---- Extracted data
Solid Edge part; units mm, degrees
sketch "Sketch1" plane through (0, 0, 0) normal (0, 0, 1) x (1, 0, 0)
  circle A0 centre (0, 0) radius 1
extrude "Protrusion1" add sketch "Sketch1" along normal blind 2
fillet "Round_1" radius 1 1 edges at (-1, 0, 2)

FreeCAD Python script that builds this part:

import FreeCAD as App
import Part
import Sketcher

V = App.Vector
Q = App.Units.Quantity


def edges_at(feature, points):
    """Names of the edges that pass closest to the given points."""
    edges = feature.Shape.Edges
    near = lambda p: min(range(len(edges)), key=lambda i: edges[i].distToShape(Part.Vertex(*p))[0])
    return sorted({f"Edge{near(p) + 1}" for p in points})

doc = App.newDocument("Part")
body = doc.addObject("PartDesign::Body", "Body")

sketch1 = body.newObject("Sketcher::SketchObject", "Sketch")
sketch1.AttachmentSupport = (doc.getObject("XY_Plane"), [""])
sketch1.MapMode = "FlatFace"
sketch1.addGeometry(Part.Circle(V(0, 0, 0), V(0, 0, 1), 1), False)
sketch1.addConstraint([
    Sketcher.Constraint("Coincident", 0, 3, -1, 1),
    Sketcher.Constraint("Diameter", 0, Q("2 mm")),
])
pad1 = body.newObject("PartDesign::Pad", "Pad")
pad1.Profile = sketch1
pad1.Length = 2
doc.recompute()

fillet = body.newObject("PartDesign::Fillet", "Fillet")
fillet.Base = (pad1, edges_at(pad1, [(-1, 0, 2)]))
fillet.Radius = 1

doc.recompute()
--------
---- Extracted data
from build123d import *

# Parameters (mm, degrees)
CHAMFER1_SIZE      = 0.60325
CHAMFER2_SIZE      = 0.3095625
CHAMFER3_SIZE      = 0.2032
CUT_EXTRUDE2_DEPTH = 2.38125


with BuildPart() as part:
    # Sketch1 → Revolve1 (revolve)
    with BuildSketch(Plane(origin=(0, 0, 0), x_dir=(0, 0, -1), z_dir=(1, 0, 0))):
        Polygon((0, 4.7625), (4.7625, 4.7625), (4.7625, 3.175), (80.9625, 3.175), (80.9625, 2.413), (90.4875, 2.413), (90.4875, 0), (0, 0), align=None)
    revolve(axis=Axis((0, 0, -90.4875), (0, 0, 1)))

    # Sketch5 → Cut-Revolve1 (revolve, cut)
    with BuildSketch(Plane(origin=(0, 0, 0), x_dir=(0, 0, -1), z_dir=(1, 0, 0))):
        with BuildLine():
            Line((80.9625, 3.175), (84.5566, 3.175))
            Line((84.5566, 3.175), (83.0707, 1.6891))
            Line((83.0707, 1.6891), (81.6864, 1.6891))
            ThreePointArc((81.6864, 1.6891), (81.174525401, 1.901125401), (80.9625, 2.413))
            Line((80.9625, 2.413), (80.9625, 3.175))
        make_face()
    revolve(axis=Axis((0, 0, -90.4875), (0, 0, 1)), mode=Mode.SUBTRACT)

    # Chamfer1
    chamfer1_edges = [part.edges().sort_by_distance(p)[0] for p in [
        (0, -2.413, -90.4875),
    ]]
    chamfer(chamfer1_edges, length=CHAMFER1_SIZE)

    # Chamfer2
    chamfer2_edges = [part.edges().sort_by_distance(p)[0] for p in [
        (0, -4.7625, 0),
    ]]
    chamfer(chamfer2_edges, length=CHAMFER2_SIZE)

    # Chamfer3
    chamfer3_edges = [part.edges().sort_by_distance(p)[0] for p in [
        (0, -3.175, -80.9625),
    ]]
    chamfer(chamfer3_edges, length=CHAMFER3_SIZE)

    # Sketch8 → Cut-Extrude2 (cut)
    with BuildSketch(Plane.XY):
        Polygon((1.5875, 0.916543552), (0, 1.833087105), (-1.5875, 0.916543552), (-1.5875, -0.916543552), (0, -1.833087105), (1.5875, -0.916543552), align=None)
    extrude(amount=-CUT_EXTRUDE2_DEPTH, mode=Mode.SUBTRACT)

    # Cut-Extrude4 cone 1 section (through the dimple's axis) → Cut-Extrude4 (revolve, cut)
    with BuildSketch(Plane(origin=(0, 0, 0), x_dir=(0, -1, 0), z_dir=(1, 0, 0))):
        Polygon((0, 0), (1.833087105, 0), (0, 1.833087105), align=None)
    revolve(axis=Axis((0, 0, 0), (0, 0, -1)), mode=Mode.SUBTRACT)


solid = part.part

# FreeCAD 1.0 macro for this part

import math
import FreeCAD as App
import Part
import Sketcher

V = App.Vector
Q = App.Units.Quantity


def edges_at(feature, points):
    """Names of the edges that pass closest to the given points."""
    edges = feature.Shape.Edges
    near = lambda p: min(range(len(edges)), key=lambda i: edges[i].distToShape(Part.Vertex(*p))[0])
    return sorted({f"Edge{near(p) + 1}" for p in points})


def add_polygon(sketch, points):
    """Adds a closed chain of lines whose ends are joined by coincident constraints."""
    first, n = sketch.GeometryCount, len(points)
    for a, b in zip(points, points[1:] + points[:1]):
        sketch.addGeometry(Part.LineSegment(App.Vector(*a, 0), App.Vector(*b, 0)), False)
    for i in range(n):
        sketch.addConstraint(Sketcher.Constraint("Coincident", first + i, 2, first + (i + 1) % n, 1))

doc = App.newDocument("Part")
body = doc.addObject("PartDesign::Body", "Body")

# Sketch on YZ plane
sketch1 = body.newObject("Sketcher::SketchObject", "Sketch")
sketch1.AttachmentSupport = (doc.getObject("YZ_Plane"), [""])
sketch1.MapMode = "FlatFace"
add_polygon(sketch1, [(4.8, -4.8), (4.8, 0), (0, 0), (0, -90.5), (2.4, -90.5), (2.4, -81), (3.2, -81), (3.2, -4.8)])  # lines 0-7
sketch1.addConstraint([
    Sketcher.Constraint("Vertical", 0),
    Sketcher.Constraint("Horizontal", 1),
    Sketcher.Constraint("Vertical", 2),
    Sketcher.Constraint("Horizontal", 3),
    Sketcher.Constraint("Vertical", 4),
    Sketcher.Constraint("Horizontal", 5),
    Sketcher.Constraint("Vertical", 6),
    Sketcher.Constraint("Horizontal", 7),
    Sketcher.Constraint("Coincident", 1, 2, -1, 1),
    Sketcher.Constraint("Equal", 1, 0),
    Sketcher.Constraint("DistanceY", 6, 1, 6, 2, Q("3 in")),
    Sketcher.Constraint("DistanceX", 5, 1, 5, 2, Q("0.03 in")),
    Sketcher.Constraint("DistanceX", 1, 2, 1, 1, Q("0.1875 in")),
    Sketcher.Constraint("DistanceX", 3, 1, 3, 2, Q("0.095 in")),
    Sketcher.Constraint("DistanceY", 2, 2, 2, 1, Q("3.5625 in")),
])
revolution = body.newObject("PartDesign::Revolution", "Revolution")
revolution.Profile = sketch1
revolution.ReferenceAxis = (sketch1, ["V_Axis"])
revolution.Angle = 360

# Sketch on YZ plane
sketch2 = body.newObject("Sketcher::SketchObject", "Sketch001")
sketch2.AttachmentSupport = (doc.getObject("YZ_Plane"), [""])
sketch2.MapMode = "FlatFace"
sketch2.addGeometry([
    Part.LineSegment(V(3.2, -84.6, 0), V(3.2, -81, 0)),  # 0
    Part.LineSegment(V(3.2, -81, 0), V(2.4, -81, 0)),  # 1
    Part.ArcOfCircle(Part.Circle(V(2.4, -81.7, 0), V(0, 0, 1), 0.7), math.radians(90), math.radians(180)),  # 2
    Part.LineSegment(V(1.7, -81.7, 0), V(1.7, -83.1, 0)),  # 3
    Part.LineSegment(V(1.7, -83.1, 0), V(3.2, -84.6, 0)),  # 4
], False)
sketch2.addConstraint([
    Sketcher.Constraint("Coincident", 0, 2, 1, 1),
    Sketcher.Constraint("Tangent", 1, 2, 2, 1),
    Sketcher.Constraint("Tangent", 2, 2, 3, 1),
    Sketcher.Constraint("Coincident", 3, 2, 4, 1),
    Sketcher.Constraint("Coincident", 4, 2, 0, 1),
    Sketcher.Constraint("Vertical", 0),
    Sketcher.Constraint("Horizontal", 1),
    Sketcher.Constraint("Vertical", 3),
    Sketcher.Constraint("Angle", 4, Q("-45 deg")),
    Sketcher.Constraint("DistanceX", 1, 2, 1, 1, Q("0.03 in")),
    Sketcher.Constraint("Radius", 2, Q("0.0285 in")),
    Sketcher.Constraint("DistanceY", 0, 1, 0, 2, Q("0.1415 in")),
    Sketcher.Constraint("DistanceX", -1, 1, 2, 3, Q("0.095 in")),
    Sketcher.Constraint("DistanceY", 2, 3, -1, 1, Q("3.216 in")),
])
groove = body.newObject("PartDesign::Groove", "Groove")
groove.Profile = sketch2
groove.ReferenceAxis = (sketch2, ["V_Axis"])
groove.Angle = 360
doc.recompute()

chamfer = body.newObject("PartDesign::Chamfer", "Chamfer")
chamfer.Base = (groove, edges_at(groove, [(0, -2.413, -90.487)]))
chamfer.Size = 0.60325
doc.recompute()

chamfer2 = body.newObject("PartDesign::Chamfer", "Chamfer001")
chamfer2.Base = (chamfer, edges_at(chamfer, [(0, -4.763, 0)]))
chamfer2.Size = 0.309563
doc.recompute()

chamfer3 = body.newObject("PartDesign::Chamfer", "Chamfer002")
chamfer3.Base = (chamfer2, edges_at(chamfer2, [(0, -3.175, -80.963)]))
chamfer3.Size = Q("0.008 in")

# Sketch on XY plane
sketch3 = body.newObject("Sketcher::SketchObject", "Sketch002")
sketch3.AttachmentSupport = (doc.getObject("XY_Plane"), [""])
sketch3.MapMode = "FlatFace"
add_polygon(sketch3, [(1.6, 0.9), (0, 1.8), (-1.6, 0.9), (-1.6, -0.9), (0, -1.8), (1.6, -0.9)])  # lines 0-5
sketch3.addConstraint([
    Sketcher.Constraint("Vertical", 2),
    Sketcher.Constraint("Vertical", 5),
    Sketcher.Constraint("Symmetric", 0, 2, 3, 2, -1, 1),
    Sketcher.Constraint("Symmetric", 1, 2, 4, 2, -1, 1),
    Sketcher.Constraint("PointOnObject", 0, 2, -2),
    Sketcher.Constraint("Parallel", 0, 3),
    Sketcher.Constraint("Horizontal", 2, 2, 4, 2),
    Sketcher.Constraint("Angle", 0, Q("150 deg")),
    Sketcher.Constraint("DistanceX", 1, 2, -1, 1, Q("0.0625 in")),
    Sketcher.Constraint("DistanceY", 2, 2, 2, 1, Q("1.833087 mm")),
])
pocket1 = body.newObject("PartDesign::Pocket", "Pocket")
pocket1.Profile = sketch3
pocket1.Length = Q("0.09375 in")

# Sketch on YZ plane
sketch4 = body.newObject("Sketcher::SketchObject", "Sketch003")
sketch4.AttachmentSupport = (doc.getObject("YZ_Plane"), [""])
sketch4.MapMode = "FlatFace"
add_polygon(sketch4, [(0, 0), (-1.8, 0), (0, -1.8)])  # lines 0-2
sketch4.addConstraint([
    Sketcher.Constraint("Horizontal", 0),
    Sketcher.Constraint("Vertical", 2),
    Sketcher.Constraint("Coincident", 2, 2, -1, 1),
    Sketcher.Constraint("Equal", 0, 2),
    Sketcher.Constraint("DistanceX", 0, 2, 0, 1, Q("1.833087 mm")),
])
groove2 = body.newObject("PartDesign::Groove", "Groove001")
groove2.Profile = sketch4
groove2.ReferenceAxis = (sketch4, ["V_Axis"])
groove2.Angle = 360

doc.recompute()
--------
Write out exactly the lines that fall from the line with "1) x (1, 0, 0)" to the line with "FreeCAD Python script" in the records above, keeping both ends.

**Response area**
sketch "Sketch1" plane through (0, 0, 0) normal (0, 0, 1) x (1, 0, 0)
  circle A0 centre (0, 0) radius 1
extrude "Protrusion1" add sketch "Sketch1" along normal blind 2
fillet "Round_1" radius 1 1 edges at (-1, 0, 2)

FreeCAD Python script that builds this part:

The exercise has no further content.